The other night I was watching a rerun of the Mythbusters episode where they attempt to debunk several elements of the persistent conspiracy theory talk that the moon landings were faked. Quite honestly, some of the ways they chose to debunk the claims were themselves a little less than convincing, as Phil Plait noted back when the episode first aired last August. But the most convincing one they did was a segment where they went to an observatory that has a laser which can pinpoint a series of reflectors placed on the moon by Apollo 17. The astronomer showed them how she aims the laser at known coordinates on the lunar surface, and measures the response — when the laser hits the reflectors (which are big prismic arrays about the size of a car door panel), it basically bounces back and is picked up by the observatory’s instruments.

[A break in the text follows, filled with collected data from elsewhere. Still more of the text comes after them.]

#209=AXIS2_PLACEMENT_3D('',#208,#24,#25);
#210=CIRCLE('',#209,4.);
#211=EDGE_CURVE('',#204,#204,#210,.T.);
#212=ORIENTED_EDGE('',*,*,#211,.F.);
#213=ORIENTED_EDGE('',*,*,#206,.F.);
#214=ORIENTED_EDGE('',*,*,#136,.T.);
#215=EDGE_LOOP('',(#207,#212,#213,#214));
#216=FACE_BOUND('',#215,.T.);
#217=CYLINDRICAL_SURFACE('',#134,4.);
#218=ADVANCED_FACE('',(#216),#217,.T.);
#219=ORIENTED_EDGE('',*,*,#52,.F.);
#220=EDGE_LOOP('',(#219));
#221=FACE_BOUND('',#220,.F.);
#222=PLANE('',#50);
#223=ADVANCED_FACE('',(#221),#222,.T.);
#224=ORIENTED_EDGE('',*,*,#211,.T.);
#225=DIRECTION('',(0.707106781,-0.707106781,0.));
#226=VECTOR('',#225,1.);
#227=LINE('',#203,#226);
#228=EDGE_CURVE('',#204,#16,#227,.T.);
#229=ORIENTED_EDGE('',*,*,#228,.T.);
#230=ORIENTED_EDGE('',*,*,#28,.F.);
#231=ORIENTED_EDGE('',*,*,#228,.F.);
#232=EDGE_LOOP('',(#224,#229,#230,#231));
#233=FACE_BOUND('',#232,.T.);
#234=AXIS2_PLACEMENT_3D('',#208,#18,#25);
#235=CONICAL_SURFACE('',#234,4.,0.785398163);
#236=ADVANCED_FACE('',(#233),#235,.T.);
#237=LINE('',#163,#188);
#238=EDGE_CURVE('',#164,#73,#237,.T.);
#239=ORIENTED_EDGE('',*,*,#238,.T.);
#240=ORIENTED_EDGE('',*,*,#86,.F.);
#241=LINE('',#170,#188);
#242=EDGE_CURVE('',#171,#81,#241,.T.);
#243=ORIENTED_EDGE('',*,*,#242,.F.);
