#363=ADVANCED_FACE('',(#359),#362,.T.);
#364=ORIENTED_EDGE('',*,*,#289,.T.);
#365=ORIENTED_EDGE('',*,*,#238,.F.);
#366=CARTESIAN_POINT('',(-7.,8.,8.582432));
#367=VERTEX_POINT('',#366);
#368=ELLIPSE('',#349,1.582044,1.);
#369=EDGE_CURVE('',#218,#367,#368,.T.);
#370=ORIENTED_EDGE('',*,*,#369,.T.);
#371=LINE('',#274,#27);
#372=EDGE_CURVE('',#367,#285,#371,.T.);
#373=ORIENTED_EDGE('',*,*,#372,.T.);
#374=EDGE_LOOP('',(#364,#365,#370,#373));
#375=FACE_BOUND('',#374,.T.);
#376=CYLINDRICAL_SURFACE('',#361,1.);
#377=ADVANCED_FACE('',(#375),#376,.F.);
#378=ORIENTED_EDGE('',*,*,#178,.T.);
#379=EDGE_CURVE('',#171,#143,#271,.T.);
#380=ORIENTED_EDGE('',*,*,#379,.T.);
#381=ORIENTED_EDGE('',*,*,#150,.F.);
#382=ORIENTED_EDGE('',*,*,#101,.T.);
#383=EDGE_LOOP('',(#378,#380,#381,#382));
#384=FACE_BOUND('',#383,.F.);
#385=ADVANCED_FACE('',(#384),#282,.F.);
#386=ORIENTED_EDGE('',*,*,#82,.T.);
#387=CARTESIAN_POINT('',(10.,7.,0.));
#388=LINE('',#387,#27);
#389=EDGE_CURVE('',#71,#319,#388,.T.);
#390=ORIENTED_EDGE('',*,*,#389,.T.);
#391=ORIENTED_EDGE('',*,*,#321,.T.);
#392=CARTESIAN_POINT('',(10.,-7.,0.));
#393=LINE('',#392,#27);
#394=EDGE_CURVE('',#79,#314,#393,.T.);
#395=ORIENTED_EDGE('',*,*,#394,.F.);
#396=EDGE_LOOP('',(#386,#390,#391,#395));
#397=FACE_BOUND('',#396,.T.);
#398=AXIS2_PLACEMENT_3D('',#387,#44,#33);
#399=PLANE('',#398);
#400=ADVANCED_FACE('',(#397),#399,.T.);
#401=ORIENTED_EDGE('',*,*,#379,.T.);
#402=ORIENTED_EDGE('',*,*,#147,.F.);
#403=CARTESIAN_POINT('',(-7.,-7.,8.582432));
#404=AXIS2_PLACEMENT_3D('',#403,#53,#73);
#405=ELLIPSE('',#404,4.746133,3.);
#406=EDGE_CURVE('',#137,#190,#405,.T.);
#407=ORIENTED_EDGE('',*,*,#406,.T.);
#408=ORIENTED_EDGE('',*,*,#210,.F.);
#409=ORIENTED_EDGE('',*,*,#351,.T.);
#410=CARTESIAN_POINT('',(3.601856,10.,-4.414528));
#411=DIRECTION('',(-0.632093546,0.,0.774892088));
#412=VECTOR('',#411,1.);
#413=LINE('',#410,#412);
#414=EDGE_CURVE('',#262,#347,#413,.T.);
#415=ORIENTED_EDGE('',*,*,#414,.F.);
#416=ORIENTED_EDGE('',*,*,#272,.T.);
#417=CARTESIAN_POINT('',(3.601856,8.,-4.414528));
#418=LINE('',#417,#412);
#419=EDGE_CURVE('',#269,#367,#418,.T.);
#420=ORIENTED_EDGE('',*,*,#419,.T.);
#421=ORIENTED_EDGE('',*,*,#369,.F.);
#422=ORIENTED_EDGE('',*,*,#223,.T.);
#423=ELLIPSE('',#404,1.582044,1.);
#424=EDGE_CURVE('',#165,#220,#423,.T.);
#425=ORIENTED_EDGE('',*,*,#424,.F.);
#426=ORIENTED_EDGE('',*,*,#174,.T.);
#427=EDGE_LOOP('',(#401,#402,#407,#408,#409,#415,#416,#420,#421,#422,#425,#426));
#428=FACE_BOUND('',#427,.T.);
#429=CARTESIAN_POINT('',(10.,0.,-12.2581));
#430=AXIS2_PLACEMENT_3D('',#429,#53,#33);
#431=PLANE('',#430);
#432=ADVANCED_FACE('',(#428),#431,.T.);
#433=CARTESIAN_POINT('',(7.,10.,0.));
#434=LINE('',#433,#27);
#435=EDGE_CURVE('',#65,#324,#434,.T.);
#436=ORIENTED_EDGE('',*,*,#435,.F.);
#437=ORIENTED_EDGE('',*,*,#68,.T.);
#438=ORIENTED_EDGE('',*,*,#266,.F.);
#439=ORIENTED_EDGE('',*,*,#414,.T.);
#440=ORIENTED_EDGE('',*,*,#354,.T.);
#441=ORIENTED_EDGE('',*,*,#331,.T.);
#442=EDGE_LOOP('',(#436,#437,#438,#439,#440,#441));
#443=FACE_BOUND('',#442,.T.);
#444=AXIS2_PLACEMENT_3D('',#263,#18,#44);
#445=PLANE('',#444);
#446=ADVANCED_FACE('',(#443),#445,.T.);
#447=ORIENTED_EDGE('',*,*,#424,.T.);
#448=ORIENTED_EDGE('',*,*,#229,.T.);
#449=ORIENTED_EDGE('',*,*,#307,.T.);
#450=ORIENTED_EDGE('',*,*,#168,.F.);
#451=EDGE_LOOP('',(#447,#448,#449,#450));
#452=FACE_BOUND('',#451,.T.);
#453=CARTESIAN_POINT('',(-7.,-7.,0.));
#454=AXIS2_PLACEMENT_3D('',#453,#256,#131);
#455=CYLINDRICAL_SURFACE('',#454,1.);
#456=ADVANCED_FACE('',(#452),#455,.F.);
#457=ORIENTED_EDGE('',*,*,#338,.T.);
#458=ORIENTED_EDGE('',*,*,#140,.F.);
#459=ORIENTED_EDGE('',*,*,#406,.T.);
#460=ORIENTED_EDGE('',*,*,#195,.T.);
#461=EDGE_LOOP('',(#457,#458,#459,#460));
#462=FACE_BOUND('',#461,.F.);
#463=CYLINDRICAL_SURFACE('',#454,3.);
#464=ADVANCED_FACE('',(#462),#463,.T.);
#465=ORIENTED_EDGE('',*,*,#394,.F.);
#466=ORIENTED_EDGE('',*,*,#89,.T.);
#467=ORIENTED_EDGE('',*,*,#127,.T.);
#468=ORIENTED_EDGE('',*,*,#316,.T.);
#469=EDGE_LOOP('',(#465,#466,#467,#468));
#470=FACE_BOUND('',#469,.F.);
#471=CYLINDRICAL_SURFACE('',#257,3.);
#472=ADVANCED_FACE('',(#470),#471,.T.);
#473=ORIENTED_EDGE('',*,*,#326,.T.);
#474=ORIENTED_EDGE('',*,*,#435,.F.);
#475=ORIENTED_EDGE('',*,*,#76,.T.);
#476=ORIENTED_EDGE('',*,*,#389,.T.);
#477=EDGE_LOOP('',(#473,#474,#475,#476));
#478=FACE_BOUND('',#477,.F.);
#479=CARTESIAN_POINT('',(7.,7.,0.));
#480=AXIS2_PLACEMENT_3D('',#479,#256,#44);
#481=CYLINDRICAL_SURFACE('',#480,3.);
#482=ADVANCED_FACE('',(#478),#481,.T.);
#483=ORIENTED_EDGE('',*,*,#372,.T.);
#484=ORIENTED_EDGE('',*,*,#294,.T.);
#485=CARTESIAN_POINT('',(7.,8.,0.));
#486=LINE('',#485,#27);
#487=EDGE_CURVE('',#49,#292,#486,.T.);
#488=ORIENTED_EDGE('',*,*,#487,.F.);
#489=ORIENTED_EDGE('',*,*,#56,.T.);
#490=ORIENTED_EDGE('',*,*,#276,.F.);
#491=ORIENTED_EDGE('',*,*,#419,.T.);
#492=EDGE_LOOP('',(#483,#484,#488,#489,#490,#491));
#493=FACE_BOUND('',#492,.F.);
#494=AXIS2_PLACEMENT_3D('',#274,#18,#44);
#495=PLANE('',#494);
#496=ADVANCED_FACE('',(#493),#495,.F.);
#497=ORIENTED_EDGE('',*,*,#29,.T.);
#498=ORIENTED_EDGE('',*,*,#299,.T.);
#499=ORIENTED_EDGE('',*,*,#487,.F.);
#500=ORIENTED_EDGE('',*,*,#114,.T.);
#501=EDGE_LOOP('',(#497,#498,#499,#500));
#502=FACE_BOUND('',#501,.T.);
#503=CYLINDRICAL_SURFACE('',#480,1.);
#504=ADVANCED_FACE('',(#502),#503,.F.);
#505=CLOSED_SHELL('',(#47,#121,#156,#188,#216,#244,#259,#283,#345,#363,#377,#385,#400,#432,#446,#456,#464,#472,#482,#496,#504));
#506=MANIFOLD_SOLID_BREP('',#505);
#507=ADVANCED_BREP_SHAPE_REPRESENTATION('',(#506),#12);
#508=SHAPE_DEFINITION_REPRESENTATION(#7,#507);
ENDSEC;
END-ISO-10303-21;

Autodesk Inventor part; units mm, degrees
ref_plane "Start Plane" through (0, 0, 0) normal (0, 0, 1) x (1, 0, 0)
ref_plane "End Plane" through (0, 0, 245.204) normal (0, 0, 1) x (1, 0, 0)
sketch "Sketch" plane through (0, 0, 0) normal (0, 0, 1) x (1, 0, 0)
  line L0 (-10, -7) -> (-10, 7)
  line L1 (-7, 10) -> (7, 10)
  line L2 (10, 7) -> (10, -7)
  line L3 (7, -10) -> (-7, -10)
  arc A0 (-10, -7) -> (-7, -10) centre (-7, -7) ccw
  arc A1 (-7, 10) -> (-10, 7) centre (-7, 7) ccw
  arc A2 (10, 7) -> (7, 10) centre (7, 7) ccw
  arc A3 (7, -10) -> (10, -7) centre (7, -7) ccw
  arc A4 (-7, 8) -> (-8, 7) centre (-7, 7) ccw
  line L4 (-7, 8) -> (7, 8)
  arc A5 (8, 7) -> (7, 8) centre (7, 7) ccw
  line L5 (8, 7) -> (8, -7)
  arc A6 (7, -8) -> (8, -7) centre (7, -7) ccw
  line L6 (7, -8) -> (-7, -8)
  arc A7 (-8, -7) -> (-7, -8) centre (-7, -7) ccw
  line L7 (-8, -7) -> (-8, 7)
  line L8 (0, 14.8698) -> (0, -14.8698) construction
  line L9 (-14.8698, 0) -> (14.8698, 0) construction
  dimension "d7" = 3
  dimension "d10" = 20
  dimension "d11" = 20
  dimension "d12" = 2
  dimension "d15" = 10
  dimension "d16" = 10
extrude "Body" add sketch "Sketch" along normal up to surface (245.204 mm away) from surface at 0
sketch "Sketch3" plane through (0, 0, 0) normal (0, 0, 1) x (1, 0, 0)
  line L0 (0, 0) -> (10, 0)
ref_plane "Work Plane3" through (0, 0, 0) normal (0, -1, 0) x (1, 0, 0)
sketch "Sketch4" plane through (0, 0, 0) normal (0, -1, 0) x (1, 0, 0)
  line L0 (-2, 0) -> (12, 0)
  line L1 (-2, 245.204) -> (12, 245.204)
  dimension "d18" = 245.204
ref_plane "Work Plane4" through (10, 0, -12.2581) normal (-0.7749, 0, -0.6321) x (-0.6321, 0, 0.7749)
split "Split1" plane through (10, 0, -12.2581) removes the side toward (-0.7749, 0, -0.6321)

Thus, it is demonstrable that the astronauts did go to the moon and deliberately leave the reflectors in documented locations.

Works for me, since I have no doubt in my mind in the first place that we absolutely did send astronauts to the moon and bring them back again. But if you STILL need more hard evidence, well, maybe THIS will sell you:

India (yes, I said India) launched its first lunar probe, Chandrayaan, late last year. Apart from the bragging rights and the obvious technological benefits, the ostensible scientific mission of Chandrayaan is to produce a complete three-dimensional atlas of the lunar surface, including mapping the geological, mineralogical and chemical compositions of the surface.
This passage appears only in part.